656.1(a) Statutory Burden of Proof (Section 212(a)(5)A) of the INA).
Most lawyers do not realize that the statutory mandate clearly places the two main burdens of proof squarely on the shoulders of the Secretary of Labor, not on the employer. One is to certify that no U.S. workers who are able, willing, qualified and available, and/or that that the employment of the alien will adversely affect the wages and working conditions of United States workers similarly employed. If the Certifying Officer cannot provide that U.S. workers are able, willing, qualified and available, or that the working conditions of U.S. workers similar employed will adversely affect the wages and working conditions, the application for labor certification must be approved. The regulation states, The permanent labor certification program is governed by the Immigration and Nationality Act, 8 U.S.C. 1101 et seq. and 20 CFR part 656.
This regulation can be found at http://www.foreignlaborcert.doleta.gov/perm.cfm.
Employers applying for labor certification must comply with all regulatory and statutory requirements. The issue of “who has the burden of proof” has long been misunderstood. It was generally thought by practitioners that the employer had the burden of proof in labor certification proceedings, however the ultimate burden of proof by clear language of the statute lies with the Secretary of Labor.
The employer has a lesser and implied burden which is twofold: (1) to submit the required initial documentation in accordance with the regulations (the burden of going forward with the application) and (2) to respond to agency requests for information or documentation during the labor certification process (the burden to comply with the regulations). The primary or ultimate burden of proof lies with the Secretary of Labor, who, through the Certifying Officer, must determine whether an application will be approved or denied. No application can be denied unless (a) the employer fails to follow the regulations or unless (b) the certifying officer makes a finding (1) that there are US workers who are able, willing qualified and available or (2) that the employment of the alien will adversely affect the wages and working conditions of United States workers similarly employed.
As a matter of law, these determinations must be based on substantial evidence, however, in actual practice, the DOL often bases its findings on inferences signaled by the phrase “it appears that” or by unproven conclusory statements like “the employer does not require a skilled cook”. To obtain an approved labor certification, the Employer must follow the regulatory process and provide documentary evidence for each requirement, section by section. BALCA has interpreted into law a series of requirements that are viewed as inherent or implied by the regulations, such as the requirement to offer a “bona fide job offer” and the requirement to provide documentation that is “relevant and easy to obtain” when requested by the Certifying Officer. If the Employer fails to comply with only one of the many regulatory requirements, the C.O. may deny the application, not because of availability of US workers or adverse wage impact, but simply because the Employer failed to fulfill the regulatory requirement as interpreted. T
he legislative history of the regulations and statute are very important to understand the PERM Rule. A historical analysis has been written by Gary Endelman, “The Lawyer’s Guide to 212(a)(5)(A): Labor Certification from 1952 to PERM”. Mr. Endelman’s article, reproduced in the PERM BOOK II and on ILW.COM, offers an in-depth understanding of the statute and the regulations necessary for Employers, Attorneys and Agents to argue appropriate legal responses to final determinations and audit requests.
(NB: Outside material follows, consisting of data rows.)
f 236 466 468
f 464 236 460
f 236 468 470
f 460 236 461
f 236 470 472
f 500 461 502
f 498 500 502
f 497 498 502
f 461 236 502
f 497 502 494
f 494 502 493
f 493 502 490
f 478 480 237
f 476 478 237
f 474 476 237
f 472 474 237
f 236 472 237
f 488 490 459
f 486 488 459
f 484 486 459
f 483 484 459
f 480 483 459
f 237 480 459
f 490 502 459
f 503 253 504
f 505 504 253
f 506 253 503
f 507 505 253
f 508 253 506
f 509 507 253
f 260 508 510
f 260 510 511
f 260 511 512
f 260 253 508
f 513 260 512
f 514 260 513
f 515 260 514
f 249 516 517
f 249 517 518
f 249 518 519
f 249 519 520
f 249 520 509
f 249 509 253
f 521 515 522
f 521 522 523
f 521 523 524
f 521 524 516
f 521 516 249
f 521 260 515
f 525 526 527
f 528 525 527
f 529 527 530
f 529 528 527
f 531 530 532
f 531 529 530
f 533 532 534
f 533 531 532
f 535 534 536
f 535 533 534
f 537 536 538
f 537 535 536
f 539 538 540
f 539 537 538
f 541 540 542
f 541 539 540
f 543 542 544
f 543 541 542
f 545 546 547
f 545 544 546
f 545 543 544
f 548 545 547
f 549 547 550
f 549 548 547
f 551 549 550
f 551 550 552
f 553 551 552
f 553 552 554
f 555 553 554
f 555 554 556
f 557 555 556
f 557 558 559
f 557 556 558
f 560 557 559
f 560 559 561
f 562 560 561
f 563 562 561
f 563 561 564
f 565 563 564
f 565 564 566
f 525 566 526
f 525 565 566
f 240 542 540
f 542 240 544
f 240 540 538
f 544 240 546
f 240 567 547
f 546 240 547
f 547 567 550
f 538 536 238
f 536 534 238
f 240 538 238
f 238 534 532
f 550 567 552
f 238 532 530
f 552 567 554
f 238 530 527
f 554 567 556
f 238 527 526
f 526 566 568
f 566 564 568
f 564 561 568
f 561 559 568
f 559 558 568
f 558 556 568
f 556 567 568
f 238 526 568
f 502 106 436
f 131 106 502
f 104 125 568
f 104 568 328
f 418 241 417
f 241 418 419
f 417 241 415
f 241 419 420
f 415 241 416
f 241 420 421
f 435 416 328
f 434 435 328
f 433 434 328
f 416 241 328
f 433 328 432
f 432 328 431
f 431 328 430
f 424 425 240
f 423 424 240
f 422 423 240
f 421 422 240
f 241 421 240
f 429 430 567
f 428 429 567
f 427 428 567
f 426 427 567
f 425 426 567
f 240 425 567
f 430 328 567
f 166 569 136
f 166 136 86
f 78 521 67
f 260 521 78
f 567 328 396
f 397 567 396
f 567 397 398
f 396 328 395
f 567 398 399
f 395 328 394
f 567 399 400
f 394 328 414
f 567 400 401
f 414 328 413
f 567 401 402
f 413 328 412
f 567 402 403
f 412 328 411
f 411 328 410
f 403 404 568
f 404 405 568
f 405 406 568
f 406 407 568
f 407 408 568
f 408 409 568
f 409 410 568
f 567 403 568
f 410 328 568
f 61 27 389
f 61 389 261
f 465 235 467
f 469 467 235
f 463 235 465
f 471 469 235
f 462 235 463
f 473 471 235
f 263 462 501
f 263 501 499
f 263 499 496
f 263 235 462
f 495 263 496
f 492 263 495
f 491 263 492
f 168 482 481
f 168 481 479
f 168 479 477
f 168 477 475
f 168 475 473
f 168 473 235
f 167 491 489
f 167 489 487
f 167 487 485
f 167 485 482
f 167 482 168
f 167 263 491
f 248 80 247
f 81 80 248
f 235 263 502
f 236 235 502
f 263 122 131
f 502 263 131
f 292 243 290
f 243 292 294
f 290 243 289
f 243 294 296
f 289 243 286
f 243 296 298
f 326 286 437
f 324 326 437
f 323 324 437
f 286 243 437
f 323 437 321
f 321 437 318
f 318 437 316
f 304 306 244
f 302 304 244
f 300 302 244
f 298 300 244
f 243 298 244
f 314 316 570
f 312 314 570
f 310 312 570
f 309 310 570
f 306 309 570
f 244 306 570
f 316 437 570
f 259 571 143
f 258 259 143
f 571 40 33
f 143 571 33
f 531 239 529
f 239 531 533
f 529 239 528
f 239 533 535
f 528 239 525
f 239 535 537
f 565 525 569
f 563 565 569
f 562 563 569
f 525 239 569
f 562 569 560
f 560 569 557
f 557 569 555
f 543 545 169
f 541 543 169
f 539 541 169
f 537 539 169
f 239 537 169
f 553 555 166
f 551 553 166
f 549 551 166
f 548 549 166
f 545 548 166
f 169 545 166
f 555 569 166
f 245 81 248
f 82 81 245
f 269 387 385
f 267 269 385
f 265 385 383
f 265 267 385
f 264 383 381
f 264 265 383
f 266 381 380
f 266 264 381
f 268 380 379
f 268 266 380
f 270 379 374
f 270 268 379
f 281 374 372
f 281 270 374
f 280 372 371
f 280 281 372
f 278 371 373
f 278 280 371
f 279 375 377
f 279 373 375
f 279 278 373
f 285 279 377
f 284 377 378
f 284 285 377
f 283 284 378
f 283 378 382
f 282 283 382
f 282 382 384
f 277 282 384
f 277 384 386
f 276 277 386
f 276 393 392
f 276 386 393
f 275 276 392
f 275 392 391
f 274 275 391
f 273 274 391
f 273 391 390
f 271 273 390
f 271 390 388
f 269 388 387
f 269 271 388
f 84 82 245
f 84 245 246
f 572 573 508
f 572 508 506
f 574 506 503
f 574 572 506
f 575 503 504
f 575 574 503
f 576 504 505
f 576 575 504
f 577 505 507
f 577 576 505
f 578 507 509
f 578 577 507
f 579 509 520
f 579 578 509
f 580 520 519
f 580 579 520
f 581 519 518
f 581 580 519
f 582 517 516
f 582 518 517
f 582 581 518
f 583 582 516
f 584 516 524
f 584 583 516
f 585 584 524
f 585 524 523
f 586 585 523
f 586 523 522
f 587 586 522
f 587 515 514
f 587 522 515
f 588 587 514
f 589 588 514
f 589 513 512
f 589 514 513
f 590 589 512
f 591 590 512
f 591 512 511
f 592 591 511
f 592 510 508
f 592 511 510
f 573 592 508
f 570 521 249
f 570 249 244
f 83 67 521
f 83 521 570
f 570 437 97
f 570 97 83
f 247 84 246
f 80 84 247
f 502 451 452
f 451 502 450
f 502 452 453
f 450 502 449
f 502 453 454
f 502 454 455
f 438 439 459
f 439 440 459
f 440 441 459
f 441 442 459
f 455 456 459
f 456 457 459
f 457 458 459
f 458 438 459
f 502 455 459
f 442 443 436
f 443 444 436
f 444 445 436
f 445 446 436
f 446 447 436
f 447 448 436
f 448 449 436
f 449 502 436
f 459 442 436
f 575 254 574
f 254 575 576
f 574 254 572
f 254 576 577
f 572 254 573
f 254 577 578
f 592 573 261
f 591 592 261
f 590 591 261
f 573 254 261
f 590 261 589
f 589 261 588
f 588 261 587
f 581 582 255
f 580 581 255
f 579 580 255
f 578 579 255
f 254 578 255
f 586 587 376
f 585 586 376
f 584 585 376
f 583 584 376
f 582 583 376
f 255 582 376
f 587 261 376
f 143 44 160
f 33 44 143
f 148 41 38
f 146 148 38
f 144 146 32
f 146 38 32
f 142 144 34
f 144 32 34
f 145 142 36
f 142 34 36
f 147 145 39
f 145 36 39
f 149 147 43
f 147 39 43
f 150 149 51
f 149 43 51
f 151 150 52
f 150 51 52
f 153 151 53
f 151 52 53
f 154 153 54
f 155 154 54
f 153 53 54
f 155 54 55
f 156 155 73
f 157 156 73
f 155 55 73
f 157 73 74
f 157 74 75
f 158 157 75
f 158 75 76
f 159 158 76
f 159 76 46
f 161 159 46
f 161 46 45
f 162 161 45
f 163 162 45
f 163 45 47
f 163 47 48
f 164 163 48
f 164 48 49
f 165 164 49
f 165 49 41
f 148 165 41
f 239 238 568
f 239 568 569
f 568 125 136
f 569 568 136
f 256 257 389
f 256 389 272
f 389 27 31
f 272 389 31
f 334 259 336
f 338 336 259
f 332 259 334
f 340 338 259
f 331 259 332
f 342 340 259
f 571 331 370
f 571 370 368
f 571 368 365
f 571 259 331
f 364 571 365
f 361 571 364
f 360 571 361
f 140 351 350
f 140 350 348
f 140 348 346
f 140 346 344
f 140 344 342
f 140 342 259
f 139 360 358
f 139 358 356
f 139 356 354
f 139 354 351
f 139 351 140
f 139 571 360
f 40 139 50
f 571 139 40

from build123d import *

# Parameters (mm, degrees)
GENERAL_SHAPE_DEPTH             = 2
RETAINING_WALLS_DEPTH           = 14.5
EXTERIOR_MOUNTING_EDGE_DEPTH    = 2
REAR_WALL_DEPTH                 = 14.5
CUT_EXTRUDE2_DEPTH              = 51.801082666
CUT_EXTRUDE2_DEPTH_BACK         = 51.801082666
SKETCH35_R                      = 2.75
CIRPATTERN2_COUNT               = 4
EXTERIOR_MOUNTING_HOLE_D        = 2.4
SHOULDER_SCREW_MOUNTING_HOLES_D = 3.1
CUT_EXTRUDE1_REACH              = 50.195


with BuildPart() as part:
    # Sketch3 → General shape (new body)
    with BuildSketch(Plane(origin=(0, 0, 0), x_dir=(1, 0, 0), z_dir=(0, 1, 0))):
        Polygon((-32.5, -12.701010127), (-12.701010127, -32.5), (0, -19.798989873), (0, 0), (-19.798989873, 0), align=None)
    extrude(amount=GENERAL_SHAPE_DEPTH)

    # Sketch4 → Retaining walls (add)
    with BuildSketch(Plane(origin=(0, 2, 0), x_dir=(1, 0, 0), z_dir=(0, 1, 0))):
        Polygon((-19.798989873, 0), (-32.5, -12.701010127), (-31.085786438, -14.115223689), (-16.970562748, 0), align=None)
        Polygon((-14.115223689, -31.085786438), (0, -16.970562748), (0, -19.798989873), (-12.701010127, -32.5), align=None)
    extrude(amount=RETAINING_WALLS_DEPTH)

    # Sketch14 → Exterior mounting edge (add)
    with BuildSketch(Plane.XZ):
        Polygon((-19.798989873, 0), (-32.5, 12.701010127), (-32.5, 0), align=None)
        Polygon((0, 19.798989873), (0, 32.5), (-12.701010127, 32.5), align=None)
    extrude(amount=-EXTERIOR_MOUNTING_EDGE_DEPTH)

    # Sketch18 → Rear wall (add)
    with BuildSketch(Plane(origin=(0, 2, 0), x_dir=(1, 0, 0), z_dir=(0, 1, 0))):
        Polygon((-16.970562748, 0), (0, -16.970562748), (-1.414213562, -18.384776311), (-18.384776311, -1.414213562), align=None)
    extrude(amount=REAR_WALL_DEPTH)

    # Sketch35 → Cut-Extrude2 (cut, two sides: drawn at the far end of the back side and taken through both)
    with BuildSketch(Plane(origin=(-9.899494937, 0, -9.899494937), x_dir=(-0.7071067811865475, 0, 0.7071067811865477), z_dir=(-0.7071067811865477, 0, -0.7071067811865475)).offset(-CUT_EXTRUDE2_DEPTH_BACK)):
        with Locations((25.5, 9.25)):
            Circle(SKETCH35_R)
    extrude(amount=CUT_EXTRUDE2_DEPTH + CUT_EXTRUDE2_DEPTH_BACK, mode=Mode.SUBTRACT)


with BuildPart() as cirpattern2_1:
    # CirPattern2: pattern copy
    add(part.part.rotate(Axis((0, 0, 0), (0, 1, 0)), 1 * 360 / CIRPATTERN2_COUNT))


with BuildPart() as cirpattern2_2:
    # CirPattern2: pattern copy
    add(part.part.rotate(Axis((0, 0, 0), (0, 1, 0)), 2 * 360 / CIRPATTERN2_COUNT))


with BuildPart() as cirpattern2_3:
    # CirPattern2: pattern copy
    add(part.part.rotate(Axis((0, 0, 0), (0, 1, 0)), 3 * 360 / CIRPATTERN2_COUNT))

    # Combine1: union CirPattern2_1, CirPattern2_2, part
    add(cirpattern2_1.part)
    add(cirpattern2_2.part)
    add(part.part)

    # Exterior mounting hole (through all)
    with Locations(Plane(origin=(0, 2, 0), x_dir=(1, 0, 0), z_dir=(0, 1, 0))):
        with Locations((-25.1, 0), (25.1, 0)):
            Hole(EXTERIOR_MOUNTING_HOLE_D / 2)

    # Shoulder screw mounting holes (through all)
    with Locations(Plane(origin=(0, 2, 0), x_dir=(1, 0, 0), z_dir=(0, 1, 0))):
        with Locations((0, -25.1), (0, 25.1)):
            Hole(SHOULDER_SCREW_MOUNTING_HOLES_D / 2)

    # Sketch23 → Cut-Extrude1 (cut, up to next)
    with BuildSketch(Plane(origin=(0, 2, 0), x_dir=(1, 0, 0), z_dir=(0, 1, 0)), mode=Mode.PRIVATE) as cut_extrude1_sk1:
For many years the first subsection of the statute relating to insufficient U.S. workers, served as a common basis for denial of applications for labor certification, however, after 1998, the issue of prevailing wages gained the spotlight due to the introduction of new concepts such as the SOC, the OES, the O*Net and the revolutionary “two-tier” approach announced in GAL 2-98. Many more cases were disputed, denied and appealed to BALCA on prevailing wage issues. Under PERM, wage disagreements have been greatly attenuated due to the introduction of the “four-tier” system, however, many problems persist. The determination of a four-tiered prevailing wage is still based on faulty data and analysis in the SOC and the OES, with from unusual and inexplicable fluctuations.